Problem:
The lines to repeat are those below from the one containing "v17 (-22,0,37)" down to the one containing "e30 v19 v11 LINE", both included; reproduce them exactly and nothing else.

Dataset extract:
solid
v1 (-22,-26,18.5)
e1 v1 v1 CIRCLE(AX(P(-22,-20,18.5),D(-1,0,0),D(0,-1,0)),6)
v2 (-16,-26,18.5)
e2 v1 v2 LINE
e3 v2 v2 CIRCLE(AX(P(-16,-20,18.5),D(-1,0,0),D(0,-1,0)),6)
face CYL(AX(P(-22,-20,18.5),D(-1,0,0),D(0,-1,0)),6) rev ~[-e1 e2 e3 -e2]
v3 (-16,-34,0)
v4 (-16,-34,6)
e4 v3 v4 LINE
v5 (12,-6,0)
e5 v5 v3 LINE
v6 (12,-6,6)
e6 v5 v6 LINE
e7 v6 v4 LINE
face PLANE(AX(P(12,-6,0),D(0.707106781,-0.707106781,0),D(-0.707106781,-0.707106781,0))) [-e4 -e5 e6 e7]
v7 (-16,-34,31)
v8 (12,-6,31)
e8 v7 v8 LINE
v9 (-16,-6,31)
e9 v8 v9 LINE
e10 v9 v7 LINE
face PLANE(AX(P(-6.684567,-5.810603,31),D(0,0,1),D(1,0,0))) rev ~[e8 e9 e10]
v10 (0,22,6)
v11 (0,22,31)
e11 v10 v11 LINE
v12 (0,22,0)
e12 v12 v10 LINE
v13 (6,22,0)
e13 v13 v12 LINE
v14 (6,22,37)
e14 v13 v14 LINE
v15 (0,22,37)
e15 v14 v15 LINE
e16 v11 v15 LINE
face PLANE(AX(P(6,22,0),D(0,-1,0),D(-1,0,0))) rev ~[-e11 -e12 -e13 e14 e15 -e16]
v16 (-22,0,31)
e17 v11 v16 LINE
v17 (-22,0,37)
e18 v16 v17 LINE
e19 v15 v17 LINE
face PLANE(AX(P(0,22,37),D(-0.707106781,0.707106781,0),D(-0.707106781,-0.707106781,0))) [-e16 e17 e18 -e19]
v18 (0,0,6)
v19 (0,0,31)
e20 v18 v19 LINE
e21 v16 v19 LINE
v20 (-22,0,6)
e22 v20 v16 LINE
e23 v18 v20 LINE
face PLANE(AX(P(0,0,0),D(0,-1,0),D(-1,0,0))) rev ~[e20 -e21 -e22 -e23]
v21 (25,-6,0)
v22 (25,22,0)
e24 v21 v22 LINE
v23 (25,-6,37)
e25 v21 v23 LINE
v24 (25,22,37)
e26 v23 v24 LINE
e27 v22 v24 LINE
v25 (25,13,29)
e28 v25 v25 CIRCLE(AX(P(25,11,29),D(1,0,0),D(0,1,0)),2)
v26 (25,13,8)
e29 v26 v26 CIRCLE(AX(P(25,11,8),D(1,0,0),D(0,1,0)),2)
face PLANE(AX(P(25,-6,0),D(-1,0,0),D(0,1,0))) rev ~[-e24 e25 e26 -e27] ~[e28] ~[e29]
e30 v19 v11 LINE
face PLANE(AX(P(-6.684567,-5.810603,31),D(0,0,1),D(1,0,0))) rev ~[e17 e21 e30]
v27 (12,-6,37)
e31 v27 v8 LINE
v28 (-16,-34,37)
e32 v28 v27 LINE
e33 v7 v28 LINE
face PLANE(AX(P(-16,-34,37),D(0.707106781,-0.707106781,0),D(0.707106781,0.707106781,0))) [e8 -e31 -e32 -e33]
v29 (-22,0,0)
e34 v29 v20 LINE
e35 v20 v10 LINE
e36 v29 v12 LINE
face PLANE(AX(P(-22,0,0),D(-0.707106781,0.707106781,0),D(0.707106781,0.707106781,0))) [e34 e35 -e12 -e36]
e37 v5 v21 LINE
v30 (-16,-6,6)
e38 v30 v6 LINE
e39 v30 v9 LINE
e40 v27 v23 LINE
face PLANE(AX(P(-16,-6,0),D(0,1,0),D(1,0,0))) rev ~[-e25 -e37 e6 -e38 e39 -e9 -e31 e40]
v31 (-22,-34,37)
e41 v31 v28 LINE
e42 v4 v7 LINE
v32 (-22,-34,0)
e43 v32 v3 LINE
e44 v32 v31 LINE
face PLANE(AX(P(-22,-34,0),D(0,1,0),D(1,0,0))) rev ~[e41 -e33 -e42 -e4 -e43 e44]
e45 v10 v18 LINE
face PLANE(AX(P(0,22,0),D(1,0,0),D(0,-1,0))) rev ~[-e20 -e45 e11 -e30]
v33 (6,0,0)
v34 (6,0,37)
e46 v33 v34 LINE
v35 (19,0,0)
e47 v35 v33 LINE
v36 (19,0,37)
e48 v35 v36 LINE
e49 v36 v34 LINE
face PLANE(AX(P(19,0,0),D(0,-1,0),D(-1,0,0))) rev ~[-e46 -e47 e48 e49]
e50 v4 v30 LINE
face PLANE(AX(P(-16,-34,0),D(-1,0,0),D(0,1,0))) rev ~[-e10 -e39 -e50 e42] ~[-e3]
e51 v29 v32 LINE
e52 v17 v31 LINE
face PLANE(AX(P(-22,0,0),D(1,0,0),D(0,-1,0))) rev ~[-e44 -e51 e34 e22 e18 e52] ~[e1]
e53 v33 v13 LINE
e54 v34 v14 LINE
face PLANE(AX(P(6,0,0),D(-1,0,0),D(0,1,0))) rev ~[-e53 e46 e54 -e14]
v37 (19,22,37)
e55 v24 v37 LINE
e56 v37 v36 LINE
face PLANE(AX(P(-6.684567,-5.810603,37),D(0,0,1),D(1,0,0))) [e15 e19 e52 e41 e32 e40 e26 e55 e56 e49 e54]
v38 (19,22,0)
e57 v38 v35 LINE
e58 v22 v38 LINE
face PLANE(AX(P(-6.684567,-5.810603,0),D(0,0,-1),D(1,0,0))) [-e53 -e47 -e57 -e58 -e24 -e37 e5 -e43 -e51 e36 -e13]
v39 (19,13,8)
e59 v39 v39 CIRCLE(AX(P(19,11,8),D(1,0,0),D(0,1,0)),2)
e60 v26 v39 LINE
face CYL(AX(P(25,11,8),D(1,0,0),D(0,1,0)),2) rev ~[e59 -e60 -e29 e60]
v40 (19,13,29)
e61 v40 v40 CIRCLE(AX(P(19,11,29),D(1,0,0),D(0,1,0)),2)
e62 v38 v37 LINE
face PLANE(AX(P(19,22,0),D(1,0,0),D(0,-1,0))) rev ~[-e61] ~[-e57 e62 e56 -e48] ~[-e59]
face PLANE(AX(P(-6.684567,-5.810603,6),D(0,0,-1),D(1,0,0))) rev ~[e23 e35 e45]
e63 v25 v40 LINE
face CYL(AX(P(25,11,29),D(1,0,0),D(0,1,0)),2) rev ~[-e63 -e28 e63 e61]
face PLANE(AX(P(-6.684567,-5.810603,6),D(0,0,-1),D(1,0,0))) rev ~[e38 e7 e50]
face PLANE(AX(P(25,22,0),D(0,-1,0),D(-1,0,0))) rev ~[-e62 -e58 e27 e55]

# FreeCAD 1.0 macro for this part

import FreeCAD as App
import Part
import Sketcher

V = App.Vector

doc = App.newDocument("Part")
body = doc.addObject("PartDesign::Body", "Body")

# Sketch on XY plane
sketch1 = body.newObject("Sketcher::SketchObject", "Sketch")
sketch1.AttachmentSupport = (doc.getObject("XY_Plane"), [""])
sketch1.MapMode = "FlatFace"
sketch1.addGeometry([
    Part.LineSegment(V(0, 0, 0), V(-22, 0, 0)),  # 0
    Part.LineSegment(V(-22, 0, 0), V(-22, -34, 0)),  # 1
    Part.LineSegment(V(-22, -34, 0), V(-16, -34, 0)),  # 2
    Part.LineSegment(V(-16, -34, 0), V(-16, -6, 0)),  # 3
    Part.LineSegment(V(-16, -6, 0), V(25, -6, 0)),  # 4
    Part.LineSegment(V(25, -6, 0), V(25, 22, 0)),  # 5
    Part.LineSegment(V(25, 22, 0), V(19, 22, 0)),  # 6
    Part.LineSegment(V(19, 22, 0), V(19, 0, 0)),  # 7
    Part.LineSegment(V(19, 0, 0), V(6, 0, 0)),  # 8
    Part.LineSegment(V(6, 0, 0), V(6, 22, 0)),  # 9
    Part.LineSegment(V(6, 22, 0), V(0, 22, 0)),  # 10
    Part.LineSegment(V(0, 22, 0), V(0, 0, 0)),  # 11
], False)
sketch1.addConstraint([
    Sketcher.Constraint("Coincident", 0, 2, 1, 1),
    Sketcher.Constraint("Coincident", 1, 2, 2, 1),
    Sketcher.Constraint("Coincident", 2, 2, 3, 1),
    Sketcher.Constraint("Coincident", 3, 2, 4, 1),
    Sketcher.Constraint("Coincident", 4, 2, 5, 1),
    Sketcher.Constraint("Coincident", 5, 2, 6, 1),
    Sketcher.Constraint("Coincident", 6, 2, 7, 1),
    Sketcher.Constraint("Coincident", 7, 2, 8, 1),
    Sketcher.Constraint("Coincident", 8, 2, 9, 1),
    Sketcher.Constraint("Coincident", 9, 2, 10, 1),
    Sketcher.Constraint("Coincident", 10, 2, 11, 1),
    Sketcher.Constraint("Coincident", 11, 2, 0, 1),
    Sketcher.Constraint("Horizontal", 0),
    Sketcher.Constraint("Vertical", 1),
    Sketcher.Constraint("Horizontal", 2),
    Sketcher.Constraint("Vertical", 3),
    Sketcher.Constraint("Horizontal", 4),
    Sketcher.Constraint("Vertical", 5),
    Sketcher.Constraint("Horizontal", 6),
    Sketcher.Constraint("Vertical", 7),
    Sketcher.Constraint("Horizontal", 8),
    Sketcher.Constraint("Vertical", 9),
    Sketcher.Constraint("Horizontal", 10),
    Sketcher.Constraint("Vertical", 11),
    Sketcher.Constraint("Coincident", 11, 2, -1, 1),
    Sketcher.Constraint("PointOnObject", 7, 2, -1),
    Sketcher.Constraint("Horizontal", 6, 2, 9, 2),
    Sketcher.Constraint("Equal", 2, 6),
    Sketcher.Constraint("Equal", 6, 10),
    Sketcher.Constraint("Equal", 3, 5),
    Sketcher.Constraint("Equal", 0, 7),
    Sketcher.Constraint("DistanceX", 0, 2, 0, 1, 22.0),
    Sketcher.Constraint("DistanceX", 2, 1, 2, 2, 6.0),
    Sketcher.Constraint("DistanceX", 4, 1, 4, 2, 41.0),
    Sketcher.Constraint("DistanceY", 1, 2, 1, 1, 34.0),
])
pad1 = body.newObject("PartDesign::Pad", "Pad")
pad1.Profile = sketch1
pad1.Length = 37

# Sketch on XY plane
sketch2 = body.newObject("Sketcher::SketchObject", "Sketch001")
sketch2.AttachmentSupport = (doc.getObject("XY_Plane"), [""])
sketch2.MapMode = "FlatFace"
sketch2.AttachmentOffset = App.Placement(V(0, 0, 37), App.Rotation())
sketch2.addGeometry([
    Part.LineSegment(V(-16, -34, 0), V(12, -6, 0)),  # 0
    Part.LineSegment(V(12, -6, 0), V(0, -6, 0)),  # 1
    Part.LineSegment(V(0, -6, 0), V(0, 22, 0)),  # 2
    Part.LineSegment(V(0, 22, 0), V(-22, 0, 0)),  # 3
    Part.LineSegment(V(-22, 0, 0), V(-16, 0, 0)),  # 4
    Part.LineSegment(V(-16, 0, 0), V(-16, -34, 0)),  # 5
], False)
sketch2.addConstraint([
    Sketcher.Constraint("Coincident", 0, 2, 1, 1),
    Sketcher.Constraint("Coincident", 1, 2, 2, 1),
    Sketcher.Constraint("Coincident", 2, 2, 3, 1),
    Sketcher.Constraint("Coincident", 3, 2, 4, 1),
    Sketcher.Constraint("Coincident", 4, 2, 5, 1),
    Sketcher.Constraint("Coincident", 5, 2, 0, 1),
    Sketcher.Constraint("Horizontal", 1),
    Sketcher.Constraint("Vertical", 2),
    Sketcher.Constraint("Horizontal", 4),
    Sketcher.Constraint("Vertical", 5),
    Sketcher.Constraint("PointOnObject", 1, 2, -2),
    Sketcher.Constraint("PointOnObject", 3, 2, -1),
    Sketcher.Constraint("Parallel", 0, 3),
    Sketcher.Constraint("DistanceX", 1, 2, 1, 1, 12.0),
    Sketcher.Constraint("DistanceX", 4, 1, 4, 2, 6.0),
    Sketcher.Constraint("DistanceY", 2, 1, 2, 2, 28.0),
    Sketcher.Constraint("DistanceY", 5, 2, 5, 1, 34.0),
    Sketcher.Constraint("DistanceY", 0, 2, -1, 1, 6.0),
])
pad2 = body.newObject("PartDesign::Pad", "Pad001")
pad2.Profile = sketch2
pad2.Length = 6
pad2.Reversed = True

# Sketch on XY plane
sketch3 = body.newObject("Sketcher::SketchObject", "Sketch002")
sketch3.AttachmentSupport = (doc.getObject("XY_Plane"), [""])
sketch3.MapMode = "FlatFace"
sketch3.addGeometry([
    Part.LineSegment(V(-16, -34, 0), V(-16, 0, 0)),  # 0
    Part.LineSegment(V(-16, 0, 0), V(-22, 0, 0)),  # 1
    Part.LineSegment(V(-22, 0, 0), V(0, 22, 0)),  # 2
    Part.LineSegment(V(0, 22, 0), V(0, -6, 0)),  # 3
    Part.LineSegment(V(0, -6, 0), V(12, -6, 0)),  # 4
    Part.LineSegment(V(12, -6, 0), V(-16, -34, 0)),  # 5
], False)
sketch3.addConstraint([
    Sketcher.Constraint("Coincident", 0, 2, 1, 1),
    Sketcher.Constraint("Coincident", 1, 2, 2, 1),
    Sketcher.Constraint("Coincident", 2, 2, 3, 1),
    Sketcher.Constraint("Coincident", 3, 2, 4, 1),
    Sketcher.Constraint("Coincident", 4, 2, 5, 1),
    Sketcher.Constraint("Coincident", 5, 2, 0, 1),
    Sketcher.Constraint("Vertical", 0),
    Sketcher.Constraint("Horizontal", 1),
    Sketcher.Constraint("Vertical", 3),
    Sketcher.Constraint("Horizontal", 4),
    Sketcher.Constraint("PointOnObject", 0, 2, -1),
    Sketcher.Constraint("PointOnObject", 2, 2, -2),
    Sketcher.Constraint("Parallel", 2, 5),
    Sketcher.Constraint("DistanceX", 1, 2, 1, 1, 6.0),
    Sketcher.Constraint("DistanceX", 4, 1, 4, 2, 12.0),
    Sketcher.Constraint("DistanceY", 0, 1, 0, 2, 34.0),
    Sketcher.Constraint("DistanceY", 3, 2, 3, 1, 28.0),
    Sketcher.Constraint("DistanceX", 0, 2, -1, 1, 16.0),
])
pad3 = body.newObject("PartDesign::Pad", "Pad002")
pad3.Profile = sketch3
pad3.Length = 6

# Sketch on YZ plane
sketch4 = body.newObject("Sketcher::SketchObject", "Sketch003")
sketch4.AttachmentSupport = (doc.getObject("YZ_Plane"), [""])
sketch4.MapMode = "FlatFace"
sketch4.AttachmentOffset = App.Placement(V(0, 0, -22), App.Rotation())
sketch4.addGeometry(Part.Circle(V(-20, 18.5, 0), V(0, 0, 1), 6), False)
sketch4.addConstraint([
    Sketcher.Constraint("Diameter", 0, 12.0),
    Sketcher.Constraint("DistanceX", 0, 3, -1, 1, 20.0),
    Sketcher.Constraint("DistanceY", -1, 1, 0, 3, 18.5),
])
pocket1 = body.newObject("PartDesign::Pocket", "Pocket")
pocket1.Profile = sketch4
pocket1.Type = "ThroughAll"
pocket1.Reversed = True

# Sketch on YZ plane
sketch5 = body.newObject("Sketcher::SketchObject", "Sketch004")
sketch5.AttachmentSupport = (doc.getObject("YZ_Plane"), [""])
sketch5.MapMode = "FlatFace"
sketch5.AttachmentOffset = App.Placement(V(0, 0, 25), App.Rotation())
sketch5.addGeometry([
    Part.Circle(V(11, 29, 0), V(0, 0, 1), 2),
    Part.Circle(V(11, 8, 0), V(0, 0, 1), 2),
], False)
sketch5.addConstraint([
    Sketcher.Constraint("Equal", 0, 1),
    Sketcher.Constraint("Vertical", 0, 3, 1, 3),
    Sketcher.Constraint("Diameter", 0, 4.0),
    Sketcher.Constraint("DistanceX", -1, 1, 0, 3, 11.0),
    Sketcher.Constraint("DistanceY", -1, 1, 0, 3, 29.0),
    Sketcher.Constraint("DistanceY", -1, 1, 1, 3, 8.0),
])
pocket2 = body.newObject("PartDesign::Pocket", "Pocket001")
pocket2.Profile = sketch5
pocket2.Length = 6

doc.recompute()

Worked solution:
v17 (-22,0,37)
e18 v16 v17 LINE
e19 v15 v17 LINE
face PLANE(AX(P(0,22,37),D(-0.707106781,0.707106781,0),D(-0.707106781,-0.707106781,0))) [-e16 e17 e18 -e19]
v18 (0,0,6)
v19 (0,0,31)
e20 v18 v19 LINE
e21 v16 v19 LINE
v20 (-22,0,6)
e22 v20 v16 LINE
e23 v18 v20 LINE
face PLANE(AX(P(0,0,0),D(0,-1,0),D(-1,0,0))) rev ~[e20 -e21 -e22 -e23]
v21 (25,-6,0)
v22 (25,22,0)
e24 v21 v22 LINE
v23 (25,-6,37)
e25 v21 v23 LINE
v24 (25,22,37)
e26 v23 v24 LINE
e27 v22 v24 LINE
v25 (25,13,29)
e28 v25 v25 CIRCLE(AX(P(25,11,29),D(1,0,0),D(0,1,0)),2)
v26 (25,13,8)
e29 v26 v26 CIRCLE(AX(P(25,11,8),D(1,0,0),D(0,1,0)),2)
face PLANE(AX(P(25,-6,0),D(-1,0,0),D(0,1,0))) rev ~[-e24 e25 e26 -e27] ~[e28] ~[e29]
e30 v19 v11 LINE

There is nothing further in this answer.